J’ai lu autrefois, dans un recueil de l’ « Académie de Nantes », une anecdote qui m’a paru avoir partie liée avec l’âme de cette ville bizarre. À la fin du siècle dernier vivait à Trentemoult (nom qui déjà me charme), village chanteur de pêcheurs, de mariniers et de pilotes bâti sur la rive sud du fleuve, en face des quais, un ménage de pêcheurs, composé de Jean et d’Ernestine. Il existait encore à ce moment dans le fleuve une île minuscule appelée, dit-on, île Mahon, assez proche des quais, et que les dragages ont emportée depuis belle lurette. Jean avait sous les peupliers sa modeste cabane, où il rangeait son petit attirail de filets et de bosselles : il était censé pêcher là les anguilles ; mais, non sans quelque motif, Ernestine, solide commère, et responsable de la caisse du ménage, soupçonnait son époux inassidu de planter là trop souvent son occupation évangélique pour se glisser dans son bachot sous le couvert de l’île jusqu’au quai de la Fosse tout proche, où l’engloutissait quelque débit de muscadet.
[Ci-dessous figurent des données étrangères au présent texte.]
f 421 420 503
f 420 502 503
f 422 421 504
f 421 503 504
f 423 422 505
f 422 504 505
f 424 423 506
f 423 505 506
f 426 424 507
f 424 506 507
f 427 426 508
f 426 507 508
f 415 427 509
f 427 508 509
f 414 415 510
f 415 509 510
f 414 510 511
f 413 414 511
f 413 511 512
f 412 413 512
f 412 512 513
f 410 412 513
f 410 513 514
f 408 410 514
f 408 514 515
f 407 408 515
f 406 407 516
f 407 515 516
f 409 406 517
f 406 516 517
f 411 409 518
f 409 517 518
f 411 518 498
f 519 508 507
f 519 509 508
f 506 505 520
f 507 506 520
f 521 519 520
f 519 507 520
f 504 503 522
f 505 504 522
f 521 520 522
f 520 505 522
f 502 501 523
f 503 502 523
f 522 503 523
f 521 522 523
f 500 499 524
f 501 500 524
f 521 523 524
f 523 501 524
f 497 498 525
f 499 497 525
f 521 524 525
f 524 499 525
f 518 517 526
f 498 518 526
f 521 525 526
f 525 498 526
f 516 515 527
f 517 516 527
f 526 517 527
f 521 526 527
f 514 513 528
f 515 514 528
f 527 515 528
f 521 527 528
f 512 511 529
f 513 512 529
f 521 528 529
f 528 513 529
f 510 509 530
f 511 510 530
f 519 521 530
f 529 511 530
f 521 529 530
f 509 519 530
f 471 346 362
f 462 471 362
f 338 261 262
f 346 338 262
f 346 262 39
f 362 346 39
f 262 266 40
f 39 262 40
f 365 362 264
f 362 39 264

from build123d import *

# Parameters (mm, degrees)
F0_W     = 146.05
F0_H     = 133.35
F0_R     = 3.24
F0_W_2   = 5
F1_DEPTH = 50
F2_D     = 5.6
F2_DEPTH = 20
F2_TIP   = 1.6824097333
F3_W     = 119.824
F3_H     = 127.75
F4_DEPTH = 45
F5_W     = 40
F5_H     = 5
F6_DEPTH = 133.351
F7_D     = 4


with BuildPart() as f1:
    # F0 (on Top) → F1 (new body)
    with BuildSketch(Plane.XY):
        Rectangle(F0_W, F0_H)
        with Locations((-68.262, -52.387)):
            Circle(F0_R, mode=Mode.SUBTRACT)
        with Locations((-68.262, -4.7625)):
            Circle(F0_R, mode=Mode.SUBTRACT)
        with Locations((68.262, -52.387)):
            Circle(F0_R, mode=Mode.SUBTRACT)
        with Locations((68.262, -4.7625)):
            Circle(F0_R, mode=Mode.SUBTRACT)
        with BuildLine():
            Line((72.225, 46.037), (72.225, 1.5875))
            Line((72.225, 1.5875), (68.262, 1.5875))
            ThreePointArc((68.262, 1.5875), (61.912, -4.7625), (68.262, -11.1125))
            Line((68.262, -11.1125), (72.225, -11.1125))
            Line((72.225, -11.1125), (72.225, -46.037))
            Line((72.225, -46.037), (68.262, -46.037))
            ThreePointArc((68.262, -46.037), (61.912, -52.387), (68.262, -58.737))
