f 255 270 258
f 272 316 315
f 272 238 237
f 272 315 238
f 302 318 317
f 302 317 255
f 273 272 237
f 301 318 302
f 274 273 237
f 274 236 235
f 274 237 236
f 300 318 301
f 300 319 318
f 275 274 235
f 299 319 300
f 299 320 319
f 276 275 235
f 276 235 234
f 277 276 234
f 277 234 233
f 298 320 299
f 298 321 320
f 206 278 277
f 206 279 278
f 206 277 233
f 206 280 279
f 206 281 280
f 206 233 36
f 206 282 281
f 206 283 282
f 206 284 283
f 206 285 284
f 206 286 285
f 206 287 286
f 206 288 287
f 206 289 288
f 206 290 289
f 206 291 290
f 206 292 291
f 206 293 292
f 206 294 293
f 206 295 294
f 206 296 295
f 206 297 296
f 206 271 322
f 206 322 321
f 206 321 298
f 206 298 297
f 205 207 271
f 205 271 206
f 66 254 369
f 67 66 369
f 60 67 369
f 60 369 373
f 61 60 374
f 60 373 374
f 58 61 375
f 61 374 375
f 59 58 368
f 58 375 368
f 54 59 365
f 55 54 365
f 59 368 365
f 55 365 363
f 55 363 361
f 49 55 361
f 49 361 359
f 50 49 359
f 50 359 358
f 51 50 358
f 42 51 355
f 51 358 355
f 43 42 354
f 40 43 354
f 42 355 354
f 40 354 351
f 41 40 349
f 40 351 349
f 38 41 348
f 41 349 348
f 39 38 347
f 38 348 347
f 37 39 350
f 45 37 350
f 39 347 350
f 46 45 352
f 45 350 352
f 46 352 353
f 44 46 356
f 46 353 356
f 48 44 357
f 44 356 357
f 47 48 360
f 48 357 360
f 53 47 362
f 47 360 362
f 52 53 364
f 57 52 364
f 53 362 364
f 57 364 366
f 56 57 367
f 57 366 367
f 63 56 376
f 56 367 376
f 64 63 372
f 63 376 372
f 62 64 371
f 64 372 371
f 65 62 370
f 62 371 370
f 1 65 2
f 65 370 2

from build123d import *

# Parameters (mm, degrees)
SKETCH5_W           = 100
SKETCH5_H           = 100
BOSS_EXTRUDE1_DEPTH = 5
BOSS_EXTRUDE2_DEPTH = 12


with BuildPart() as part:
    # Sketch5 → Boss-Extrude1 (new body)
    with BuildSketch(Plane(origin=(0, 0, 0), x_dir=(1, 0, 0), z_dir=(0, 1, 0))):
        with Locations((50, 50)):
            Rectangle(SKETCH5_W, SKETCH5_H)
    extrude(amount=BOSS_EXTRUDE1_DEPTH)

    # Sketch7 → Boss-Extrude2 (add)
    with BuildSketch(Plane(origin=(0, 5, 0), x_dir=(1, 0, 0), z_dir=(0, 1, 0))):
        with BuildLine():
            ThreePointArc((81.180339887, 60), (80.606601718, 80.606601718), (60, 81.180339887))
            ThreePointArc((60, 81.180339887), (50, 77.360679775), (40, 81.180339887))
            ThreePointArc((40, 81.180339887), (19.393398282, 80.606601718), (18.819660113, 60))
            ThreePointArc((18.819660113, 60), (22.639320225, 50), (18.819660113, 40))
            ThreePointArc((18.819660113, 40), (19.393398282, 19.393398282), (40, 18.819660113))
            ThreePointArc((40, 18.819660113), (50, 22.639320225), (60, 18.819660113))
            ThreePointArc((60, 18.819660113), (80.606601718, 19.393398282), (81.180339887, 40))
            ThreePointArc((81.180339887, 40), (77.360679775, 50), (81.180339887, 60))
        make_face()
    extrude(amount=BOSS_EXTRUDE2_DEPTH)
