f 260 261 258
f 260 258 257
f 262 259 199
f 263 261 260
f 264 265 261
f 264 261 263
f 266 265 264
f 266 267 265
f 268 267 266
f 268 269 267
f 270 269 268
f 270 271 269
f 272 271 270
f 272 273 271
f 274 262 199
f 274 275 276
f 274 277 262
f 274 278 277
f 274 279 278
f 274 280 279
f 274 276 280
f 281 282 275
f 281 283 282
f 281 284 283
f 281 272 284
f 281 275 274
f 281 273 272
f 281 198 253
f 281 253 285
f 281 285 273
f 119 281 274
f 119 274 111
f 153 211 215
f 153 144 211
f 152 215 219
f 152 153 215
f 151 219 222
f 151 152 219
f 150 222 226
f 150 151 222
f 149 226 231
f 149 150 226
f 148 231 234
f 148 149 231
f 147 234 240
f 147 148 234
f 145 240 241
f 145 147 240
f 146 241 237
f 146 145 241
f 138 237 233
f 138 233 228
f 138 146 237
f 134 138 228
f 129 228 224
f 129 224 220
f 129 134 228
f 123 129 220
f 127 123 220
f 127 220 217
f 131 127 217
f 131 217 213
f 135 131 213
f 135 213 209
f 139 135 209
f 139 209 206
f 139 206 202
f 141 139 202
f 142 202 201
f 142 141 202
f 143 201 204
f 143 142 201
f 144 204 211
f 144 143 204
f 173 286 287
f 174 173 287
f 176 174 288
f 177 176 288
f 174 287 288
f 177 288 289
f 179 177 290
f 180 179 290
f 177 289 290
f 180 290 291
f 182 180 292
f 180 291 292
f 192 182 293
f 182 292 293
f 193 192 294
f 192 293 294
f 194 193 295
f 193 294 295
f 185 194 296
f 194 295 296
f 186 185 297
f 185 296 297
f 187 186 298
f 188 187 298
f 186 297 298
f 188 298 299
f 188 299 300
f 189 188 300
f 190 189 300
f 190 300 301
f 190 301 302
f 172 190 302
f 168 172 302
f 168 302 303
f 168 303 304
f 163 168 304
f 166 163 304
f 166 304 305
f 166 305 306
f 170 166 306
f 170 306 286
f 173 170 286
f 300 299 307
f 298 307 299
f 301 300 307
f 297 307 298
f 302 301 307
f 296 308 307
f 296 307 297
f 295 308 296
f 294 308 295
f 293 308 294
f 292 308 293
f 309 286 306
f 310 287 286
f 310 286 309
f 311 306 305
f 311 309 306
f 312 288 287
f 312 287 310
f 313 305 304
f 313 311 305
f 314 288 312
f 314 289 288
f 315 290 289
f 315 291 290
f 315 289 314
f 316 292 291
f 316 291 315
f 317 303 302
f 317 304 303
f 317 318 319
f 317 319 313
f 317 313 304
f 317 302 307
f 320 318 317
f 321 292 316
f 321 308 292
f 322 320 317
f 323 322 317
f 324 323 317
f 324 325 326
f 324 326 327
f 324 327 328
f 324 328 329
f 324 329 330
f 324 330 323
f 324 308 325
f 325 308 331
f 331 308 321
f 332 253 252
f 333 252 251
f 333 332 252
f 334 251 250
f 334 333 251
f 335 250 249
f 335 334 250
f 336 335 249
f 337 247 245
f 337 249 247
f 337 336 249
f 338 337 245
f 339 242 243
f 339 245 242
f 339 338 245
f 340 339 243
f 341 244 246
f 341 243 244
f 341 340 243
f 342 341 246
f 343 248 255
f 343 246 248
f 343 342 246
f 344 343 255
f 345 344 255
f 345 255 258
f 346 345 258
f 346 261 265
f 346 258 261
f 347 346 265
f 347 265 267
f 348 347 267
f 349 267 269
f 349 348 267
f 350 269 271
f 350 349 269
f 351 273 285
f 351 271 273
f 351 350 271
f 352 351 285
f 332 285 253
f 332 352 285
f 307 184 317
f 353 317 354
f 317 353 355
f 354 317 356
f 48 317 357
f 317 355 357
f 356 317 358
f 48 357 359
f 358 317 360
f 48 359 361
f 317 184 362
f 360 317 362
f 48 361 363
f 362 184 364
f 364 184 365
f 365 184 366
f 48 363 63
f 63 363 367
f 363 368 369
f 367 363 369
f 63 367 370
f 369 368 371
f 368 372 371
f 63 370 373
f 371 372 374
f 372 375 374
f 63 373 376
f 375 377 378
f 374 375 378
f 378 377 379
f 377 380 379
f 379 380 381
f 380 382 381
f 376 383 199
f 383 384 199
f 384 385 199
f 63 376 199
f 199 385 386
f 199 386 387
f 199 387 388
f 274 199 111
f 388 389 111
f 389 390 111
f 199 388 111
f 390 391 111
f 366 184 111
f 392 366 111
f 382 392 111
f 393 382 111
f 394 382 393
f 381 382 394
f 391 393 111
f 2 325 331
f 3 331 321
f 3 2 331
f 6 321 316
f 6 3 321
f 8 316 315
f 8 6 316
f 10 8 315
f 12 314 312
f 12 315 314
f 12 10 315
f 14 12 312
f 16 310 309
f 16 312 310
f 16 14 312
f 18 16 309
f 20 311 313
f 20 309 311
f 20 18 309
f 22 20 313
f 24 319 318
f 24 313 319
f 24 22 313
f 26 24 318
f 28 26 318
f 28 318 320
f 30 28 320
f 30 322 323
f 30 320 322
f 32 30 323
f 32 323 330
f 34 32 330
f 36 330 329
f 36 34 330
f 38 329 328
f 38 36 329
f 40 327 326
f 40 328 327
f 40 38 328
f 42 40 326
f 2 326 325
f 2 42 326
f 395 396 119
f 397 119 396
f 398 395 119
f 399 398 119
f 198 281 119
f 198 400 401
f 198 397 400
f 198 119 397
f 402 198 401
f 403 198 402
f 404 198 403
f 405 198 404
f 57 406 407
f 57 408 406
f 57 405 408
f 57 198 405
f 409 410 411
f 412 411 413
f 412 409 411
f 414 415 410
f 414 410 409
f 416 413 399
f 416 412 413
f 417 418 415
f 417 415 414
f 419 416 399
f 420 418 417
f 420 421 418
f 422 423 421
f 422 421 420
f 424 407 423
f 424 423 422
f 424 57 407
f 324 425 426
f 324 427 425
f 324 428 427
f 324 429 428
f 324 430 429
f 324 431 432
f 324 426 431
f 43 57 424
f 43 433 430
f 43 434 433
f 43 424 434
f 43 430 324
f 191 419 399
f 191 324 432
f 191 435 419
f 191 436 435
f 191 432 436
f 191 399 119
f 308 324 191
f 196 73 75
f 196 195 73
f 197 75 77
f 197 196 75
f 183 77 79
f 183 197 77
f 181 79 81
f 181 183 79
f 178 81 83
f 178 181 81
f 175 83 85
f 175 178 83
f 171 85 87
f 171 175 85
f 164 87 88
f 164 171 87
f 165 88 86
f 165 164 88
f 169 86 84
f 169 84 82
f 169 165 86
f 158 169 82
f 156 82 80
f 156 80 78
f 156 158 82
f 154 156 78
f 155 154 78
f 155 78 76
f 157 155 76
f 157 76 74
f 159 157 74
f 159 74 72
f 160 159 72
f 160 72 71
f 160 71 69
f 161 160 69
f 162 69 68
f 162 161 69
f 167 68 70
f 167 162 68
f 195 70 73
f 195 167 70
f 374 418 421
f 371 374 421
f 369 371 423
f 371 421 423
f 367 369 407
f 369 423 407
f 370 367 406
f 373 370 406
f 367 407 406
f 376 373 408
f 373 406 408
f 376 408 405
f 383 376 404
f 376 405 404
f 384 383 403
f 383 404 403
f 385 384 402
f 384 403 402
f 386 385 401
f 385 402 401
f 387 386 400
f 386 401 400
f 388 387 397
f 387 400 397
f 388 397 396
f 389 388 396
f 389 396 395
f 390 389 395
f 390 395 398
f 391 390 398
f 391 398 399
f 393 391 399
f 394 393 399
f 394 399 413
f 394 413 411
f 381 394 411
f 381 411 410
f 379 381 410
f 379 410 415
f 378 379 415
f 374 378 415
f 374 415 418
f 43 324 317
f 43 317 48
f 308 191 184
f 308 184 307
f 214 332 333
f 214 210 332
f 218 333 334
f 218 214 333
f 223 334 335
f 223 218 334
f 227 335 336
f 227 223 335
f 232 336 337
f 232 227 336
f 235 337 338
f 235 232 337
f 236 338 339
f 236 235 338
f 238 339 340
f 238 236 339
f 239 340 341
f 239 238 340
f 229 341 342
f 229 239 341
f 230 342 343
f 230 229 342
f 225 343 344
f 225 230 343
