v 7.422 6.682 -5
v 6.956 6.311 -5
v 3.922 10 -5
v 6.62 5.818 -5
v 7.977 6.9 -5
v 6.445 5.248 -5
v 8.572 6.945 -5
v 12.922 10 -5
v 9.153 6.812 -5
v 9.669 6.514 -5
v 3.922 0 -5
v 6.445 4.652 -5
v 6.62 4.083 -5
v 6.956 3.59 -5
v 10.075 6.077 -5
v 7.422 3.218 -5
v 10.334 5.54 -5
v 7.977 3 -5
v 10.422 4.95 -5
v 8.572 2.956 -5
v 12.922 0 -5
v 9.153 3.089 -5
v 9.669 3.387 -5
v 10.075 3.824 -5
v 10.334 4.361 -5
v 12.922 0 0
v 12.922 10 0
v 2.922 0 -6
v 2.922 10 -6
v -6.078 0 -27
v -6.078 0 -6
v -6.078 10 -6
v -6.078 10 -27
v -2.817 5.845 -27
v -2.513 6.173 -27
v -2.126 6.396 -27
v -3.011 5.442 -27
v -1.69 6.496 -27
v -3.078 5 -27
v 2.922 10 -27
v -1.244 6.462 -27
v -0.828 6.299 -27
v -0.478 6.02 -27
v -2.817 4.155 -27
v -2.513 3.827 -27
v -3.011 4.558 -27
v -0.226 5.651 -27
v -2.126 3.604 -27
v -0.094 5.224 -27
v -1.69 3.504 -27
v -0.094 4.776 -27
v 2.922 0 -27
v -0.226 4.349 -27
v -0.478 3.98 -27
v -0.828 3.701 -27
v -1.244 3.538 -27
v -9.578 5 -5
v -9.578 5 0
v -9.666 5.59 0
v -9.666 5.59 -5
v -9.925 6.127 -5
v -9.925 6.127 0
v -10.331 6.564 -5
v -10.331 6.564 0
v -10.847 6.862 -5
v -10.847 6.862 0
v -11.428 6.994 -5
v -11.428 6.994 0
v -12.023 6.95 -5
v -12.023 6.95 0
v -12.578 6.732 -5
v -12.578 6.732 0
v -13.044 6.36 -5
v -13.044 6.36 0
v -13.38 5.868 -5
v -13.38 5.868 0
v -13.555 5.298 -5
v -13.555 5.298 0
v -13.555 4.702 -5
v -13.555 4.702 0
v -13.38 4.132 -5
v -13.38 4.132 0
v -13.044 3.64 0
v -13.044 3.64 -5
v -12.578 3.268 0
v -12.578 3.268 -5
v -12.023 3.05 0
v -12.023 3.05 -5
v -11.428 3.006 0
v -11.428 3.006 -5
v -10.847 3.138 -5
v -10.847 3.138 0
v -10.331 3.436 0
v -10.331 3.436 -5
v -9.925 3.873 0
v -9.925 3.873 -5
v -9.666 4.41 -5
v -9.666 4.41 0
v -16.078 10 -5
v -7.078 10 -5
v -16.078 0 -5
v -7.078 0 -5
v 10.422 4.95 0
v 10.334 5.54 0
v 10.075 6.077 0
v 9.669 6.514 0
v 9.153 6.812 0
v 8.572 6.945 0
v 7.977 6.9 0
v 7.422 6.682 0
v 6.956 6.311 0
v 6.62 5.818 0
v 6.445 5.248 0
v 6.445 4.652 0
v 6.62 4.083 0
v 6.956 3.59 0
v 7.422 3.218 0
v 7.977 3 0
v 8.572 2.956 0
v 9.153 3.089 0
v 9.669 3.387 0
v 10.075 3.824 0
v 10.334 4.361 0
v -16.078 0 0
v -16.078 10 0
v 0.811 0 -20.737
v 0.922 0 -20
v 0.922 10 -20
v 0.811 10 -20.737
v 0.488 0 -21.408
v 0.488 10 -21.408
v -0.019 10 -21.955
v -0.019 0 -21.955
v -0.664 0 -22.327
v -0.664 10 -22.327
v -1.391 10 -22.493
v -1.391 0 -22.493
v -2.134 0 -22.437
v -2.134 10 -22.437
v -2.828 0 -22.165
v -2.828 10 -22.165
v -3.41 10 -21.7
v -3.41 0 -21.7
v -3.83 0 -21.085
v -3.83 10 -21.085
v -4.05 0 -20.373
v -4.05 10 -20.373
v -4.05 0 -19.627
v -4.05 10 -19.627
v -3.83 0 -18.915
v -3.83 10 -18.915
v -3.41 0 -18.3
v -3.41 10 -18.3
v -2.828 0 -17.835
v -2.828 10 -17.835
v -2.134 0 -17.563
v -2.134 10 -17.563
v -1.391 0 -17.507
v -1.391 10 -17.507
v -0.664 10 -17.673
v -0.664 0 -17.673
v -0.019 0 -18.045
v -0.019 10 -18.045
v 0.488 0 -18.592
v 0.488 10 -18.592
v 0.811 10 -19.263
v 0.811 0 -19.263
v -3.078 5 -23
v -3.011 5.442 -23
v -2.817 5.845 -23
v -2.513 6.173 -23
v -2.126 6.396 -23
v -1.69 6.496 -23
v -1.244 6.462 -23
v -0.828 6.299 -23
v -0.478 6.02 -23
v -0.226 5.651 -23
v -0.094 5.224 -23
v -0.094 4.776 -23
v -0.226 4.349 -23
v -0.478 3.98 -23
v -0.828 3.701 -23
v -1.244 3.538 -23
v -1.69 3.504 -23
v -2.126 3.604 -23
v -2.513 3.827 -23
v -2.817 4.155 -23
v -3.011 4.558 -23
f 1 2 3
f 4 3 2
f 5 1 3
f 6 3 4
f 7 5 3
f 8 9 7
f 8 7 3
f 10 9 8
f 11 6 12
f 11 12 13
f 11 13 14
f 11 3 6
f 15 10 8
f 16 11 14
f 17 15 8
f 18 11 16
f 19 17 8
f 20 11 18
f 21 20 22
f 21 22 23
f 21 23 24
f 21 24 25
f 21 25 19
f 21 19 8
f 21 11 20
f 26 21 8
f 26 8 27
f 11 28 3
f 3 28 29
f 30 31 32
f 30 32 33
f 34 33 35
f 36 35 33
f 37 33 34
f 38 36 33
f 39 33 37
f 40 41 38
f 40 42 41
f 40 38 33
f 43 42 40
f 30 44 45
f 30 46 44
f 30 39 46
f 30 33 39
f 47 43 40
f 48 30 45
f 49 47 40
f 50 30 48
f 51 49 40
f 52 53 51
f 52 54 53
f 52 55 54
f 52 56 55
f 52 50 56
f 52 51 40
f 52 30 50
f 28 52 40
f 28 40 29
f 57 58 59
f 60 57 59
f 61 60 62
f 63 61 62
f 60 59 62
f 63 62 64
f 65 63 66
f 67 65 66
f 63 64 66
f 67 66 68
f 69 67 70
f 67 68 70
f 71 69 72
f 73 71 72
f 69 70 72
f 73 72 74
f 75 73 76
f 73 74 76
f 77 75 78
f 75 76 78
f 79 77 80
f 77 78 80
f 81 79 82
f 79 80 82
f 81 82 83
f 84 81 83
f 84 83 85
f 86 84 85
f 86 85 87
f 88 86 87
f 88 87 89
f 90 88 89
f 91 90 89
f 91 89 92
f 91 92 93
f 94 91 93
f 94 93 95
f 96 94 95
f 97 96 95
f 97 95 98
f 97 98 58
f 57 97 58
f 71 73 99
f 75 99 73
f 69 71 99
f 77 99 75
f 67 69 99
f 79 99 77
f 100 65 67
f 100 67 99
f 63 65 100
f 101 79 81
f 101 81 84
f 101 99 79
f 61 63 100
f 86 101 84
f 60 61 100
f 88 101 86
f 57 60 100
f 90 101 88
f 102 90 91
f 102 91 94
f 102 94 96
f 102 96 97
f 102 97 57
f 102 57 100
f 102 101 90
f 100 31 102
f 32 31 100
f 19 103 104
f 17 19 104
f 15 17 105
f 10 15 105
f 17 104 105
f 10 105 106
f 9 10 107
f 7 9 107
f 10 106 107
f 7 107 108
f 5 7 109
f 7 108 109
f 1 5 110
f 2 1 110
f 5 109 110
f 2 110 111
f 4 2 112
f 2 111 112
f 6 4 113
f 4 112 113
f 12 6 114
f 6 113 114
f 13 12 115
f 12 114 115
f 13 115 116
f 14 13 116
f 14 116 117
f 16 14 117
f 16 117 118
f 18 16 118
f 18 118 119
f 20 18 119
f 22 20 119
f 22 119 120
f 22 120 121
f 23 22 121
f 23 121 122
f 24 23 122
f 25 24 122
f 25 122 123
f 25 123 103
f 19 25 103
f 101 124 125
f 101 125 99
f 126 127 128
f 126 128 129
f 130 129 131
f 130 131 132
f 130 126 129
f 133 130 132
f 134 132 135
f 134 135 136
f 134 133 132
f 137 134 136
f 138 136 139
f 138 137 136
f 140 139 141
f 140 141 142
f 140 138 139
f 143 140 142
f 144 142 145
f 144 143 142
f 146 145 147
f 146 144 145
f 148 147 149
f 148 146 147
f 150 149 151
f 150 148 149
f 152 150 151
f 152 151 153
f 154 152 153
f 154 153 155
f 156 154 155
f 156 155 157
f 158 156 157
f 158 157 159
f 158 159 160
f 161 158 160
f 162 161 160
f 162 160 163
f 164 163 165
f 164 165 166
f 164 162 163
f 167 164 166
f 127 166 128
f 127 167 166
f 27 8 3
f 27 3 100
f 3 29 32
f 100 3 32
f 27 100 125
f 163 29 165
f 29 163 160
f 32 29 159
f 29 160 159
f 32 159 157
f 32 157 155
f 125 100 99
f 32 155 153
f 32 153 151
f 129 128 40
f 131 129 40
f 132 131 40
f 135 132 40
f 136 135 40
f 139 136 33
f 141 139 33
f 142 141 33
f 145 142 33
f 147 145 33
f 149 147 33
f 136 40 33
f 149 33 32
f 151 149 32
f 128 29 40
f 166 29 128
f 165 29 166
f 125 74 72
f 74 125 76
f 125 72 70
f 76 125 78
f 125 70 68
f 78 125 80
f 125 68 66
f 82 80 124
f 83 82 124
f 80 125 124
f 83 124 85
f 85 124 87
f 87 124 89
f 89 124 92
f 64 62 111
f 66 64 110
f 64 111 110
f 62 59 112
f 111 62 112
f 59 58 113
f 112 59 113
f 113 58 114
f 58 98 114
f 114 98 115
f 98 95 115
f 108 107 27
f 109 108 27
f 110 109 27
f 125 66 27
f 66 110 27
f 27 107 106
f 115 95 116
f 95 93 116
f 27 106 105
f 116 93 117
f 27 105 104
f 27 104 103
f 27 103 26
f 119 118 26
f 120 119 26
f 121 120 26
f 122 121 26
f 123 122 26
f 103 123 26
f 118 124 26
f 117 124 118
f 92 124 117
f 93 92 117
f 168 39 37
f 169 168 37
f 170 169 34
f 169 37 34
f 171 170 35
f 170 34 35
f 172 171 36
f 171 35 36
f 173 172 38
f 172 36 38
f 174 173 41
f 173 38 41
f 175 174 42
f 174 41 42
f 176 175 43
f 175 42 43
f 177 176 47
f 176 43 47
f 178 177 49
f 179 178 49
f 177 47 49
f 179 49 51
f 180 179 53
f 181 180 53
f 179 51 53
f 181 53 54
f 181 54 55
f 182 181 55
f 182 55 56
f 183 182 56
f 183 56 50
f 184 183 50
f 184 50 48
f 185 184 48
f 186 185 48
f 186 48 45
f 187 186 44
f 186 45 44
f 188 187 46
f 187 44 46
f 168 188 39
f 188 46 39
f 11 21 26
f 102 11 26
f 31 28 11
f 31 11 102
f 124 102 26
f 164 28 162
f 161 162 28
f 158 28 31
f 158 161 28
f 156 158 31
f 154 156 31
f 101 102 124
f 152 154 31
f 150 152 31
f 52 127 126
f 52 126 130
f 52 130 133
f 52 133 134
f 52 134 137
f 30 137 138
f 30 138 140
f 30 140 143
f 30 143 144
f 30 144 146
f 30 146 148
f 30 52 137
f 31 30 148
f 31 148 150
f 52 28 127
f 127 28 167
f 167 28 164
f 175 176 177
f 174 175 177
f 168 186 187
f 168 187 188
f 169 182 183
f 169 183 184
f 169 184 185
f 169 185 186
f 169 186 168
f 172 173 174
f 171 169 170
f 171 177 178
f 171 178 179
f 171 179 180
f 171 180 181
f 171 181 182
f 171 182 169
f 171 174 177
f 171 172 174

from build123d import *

# Parameters (mm, degrees)
SKETCH1_R           = 2.5
BOSS_EXTRUDE1_DEPTH = 10
SKETCH2_R           = 2
CUT_EXTRUDE1_DEPTH  = 10
SKETCH3_R           = 1.5
CUT_EXTRUDE2_DEPTH  = 4
CHAMFER1_SIZE       = 1


with BuildPart() as part:
    # Sketch1 → Boss-Extrude1 (new body)
    with BuildSketch(Plane(origin=(0, 0, 0), x_dir=(1, 0, 0), z_dir=(0, 1, 0))):
        Polygon((-1.577591036, 0), (-16.077591036, 0), (-16.077591036, 5), (-6.077591036, 5), (-6.077591036, 27), (2.922408964, 27), (2.922408964, 5), (12.922408964, 5), (12.922408964, 0), align=None)
        with Locations((-1.577591036, 20)):
            Circle(SKETCH1_R, mode=Mode.SUBTRACT)
    extrude(amount=BOSS_EXTRUDE1_DEPTH)

    # Sketch2 → Cut-Extrude1 (cut)
    with BuildSketch(Plane.XY):
        with Locations((-11.577591036, 5)):
            Circle(SKETCH2_R)
        with Locations((8.422408964, 4.9503422)):
            Circle(SKETCH2_R)
    extrude(amount=-CUT_EXTRUDE1_DEPTH, mode=Mode.SUBTRACT)

    # Sketch3 → Cut-Extrude2 (cut)
    with BuildSketch(Plane(origin=(0, 0, -27), x_dir=(-1, 0, 0), z_dir=(0, 0, -1))):
        with Locations((1.577591036, 5)):
            Circle(SKETCH3_R)
    extrude(amount=-CUT_EXTRUDE2_DEPTH, mode=Mode.SUBTRACT)

    # Chamfer1
    chamfer1_edges = [part.edges().sort_by_distance(p)[0] for p in [
        (-6.077591036, 5, -5),
        (2.922408964, 5, -5),
    ]]
    chamfer(chamfer1_edges, length=CHAMFER1_SIZE)


solid = part.part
C’est pourquoi Ernestine, cinq ou six fois par jour, torchés les marmots, mise à cuire la soupe, sortait de sa bourrine trentemousine, allait se camper les poings sur les hanches à l’extrême pointe de la grève, et appelait, ou plutôt hurlait en direction des peupliers (cinq cent mètres) : « Jean ! » Sur quoi un vocable excédé et non moins énergique, sans désemparer, retraversait la Loire à son adresse : « M…! »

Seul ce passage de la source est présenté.